Available records ->
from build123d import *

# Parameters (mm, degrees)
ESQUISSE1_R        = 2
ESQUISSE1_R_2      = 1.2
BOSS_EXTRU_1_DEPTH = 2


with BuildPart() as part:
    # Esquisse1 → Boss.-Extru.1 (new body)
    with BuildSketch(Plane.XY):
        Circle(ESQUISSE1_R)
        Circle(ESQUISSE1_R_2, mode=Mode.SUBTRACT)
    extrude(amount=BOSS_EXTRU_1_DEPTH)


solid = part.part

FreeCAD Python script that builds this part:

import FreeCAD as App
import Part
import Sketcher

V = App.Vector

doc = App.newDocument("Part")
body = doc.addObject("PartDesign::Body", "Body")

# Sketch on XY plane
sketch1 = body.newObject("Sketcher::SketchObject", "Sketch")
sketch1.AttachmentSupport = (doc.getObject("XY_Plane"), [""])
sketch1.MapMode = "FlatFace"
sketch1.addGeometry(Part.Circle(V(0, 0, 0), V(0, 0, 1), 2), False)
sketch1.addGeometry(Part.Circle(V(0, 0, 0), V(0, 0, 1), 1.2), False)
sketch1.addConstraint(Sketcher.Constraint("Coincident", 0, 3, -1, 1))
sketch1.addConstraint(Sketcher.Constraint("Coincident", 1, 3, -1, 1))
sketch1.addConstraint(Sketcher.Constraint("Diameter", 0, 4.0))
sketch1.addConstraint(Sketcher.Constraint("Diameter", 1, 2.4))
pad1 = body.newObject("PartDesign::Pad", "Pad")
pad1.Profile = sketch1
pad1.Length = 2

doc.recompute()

...

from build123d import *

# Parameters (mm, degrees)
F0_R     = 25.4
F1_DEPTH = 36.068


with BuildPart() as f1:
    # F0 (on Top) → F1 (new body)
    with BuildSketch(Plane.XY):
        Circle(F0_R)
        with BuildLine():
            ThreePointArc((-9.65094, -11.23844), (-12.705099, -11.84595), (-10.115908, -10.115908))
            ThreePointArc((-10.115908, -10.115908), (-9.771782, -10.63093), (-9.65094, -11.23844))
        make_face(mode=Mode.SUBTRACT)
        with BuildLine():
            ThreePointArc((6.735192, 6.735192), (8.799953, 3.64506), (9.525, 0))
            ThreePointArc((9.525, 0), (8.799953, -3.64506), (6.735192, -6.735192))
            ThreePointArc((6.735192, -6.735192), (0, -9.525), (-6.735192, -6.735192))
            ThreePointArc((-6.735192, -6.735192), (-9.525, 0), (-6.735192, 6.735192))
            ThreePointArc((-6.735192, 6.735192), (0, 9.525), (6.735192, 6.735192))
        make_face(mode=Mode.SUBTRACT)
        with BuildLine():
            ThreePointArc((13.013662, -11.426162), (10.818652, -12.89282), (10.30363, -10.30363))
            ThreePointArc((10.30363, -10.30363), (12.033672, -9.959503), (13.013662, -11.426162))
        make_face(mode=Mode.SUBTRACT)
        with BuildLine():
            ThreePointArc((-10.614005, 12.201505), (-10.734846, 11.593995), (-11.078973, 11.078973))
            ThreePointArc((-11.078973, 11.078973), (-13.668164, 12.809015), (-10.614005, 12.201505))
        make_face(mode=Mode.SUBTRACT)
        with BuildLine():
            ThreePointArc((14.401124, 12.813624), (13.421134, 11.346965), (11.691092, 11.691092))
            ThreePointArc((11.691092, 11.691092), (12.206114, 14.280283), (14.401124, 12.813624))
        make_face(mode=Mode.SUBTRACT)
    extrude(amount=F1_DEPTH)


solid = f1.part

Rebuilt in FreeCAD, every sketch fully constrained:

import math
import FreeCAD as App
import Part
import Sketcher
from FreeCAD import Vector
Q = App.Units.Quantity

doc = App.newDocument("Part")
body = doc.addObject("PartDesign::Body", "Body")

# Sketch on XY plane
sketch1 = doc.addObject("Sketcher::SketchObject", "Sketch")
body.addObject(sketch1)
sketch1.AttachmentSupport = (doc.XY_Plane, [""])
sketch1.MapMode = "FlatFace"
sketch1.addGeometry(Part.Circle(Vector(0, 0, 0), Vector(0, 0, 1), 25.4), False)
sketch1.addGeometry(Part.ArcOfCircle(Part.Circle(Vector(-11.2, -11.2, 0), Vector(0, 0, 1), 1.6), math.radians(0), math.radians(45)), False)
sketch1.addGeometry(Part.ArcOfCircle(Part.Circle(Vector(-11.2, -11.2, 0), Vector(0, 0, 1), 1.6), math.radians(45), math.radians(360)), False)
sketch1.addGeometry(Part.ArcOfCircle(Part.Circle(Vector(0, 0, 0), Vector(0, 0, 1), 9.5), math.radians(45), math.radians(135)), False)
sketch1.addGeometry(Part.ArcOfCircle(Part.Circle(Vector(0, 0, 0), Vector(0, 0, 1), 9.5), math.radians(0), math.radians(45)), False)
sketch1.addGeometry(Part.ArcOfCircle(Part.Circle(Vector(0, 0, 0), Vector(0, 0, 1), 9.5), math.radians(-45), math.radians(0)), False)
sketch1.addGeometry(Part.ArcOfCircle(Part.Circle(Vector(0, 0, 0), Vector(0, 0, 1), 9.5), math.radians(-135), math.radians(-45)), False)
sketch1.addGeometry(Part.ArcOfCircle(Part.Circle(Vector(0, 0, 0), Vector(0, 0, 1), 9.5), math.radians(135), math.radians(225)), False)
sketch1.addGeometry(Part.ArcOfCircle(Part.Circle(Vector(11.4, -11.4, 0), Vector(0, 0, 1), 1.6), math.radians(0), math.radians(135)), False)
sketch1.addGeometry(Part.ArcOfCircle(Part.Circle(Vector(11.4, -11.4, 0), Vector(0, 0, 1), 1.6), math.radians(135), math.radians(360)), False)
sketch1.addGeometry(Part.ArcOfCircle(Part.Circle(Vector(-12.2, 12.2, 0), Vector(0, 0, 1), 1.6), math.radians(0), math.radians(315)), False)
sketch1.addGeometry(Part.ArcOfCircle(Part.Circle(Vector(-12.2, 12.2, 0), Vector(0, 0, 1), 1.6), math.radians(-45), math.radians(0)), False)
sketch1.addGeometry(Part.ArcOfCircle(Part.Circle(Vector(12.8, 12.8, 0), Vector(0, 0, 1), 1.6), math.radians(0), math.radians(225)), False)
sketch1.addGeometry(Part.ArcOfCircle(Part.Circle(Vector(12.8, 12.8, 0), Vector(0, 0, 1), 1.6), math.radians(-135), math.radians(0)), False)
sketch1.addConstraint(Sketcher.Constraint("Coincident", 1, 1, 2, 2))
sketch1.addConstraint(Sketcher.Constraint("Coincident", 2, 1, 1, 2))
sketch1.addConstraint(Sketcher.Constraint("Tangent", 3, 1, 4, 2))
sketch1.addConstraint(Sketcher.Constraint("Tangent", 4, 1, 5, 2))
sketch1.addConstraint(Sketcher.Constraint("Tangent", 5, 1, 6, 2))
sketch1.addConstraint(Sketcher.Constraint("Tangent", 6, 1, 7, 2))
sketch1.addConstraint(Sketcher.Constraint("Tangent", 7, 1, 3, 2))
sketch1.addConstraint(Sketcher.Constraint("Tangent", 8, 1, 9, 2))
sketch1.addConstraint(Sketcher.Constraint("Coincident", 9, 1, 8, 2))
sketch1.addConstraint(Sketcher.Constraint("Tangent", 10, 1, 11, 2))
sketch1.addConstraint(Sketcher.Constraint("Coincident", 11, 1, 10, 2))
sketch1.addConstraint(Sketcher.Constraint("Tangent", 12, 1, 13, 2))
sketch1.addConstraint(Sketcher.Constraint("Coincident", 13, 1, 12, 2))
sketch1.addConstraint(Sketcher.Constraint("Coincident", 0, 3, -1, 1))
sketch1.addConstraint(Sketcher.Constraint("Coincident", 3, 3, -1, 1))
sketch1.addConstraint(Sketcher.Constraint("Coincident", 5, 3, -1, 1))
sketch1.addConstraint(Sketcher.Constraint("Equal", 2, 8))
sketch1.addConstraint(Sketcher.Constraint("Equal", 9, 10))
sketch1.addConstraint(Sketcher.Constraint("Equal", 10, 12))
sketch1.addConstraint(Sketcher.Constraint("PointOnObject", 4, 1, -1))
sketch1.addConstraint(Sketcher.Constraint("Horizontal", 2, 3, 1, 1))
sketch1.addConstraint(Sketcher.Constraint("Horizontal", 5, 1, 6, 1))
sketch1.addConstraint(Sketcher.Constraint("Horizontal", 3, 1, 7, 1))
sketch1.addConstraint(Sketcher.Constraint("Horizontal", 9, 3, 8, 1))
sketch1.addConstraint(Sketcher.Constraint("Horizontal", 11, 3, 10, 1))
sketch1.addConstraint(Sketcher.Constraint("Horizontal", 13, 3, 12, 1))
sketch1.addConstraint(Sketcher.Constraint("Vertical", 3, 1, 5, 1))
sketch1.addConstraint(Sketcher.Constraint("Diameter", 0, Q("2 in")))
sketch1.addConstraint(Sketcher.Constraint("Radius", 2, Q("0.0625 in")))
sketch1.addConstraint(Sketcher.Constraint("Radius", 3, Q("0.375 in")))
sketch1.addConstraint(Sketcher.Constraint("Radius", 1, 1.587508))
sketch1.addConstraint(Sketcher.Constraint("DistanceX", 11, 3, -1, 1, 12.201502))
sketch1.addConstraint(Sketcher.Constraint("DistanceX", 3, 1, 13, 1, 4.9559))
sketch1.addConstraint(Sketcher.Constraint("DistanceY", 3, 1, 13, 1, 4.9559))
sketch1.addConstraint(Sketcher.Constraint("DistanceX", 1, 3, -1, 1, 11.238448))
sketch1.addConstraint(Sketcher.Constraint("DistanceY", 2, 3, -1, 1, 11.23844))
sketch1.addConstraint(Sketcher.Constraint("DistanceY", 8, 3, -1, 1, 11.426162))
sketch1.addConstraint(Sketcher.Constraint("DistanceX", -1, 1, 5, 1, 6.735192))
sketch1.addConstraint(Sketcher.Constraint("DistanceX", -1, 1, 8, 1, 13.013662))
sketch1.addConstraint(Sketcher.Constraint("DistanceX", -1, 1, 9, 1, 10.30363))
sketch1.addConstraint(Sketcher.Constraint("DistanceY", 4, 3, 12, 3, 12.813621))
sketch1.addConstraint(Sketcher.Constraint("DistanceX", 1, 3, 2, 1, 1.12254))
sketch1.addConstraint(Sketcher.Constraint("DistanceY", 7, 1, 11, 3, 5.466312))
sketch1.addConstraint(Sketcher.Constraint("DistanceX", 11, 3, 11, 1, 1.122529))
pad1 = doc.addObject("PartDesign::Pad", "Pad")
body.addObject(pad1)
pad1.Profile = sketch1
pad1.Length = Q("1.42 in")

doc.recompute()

Task to carry out -> Go to the line in the material above that contains "14.280283), (14.401124, 12.813624))" and copy exactly from there through the line that contains "Rebuilt in FreeCAD, every", stopping after it.

Answer space ->
            ThreePointArc((11.691092, 11.691092), (12.206114, 14.280283), (14.401124, 12.813624))
        make_face(mode=Mode.SUBTRACT)
    extrude(amount=F1_DEPTH)


solid = f1.part

Rebuilt in FreeCAD, every sketch fully constrained:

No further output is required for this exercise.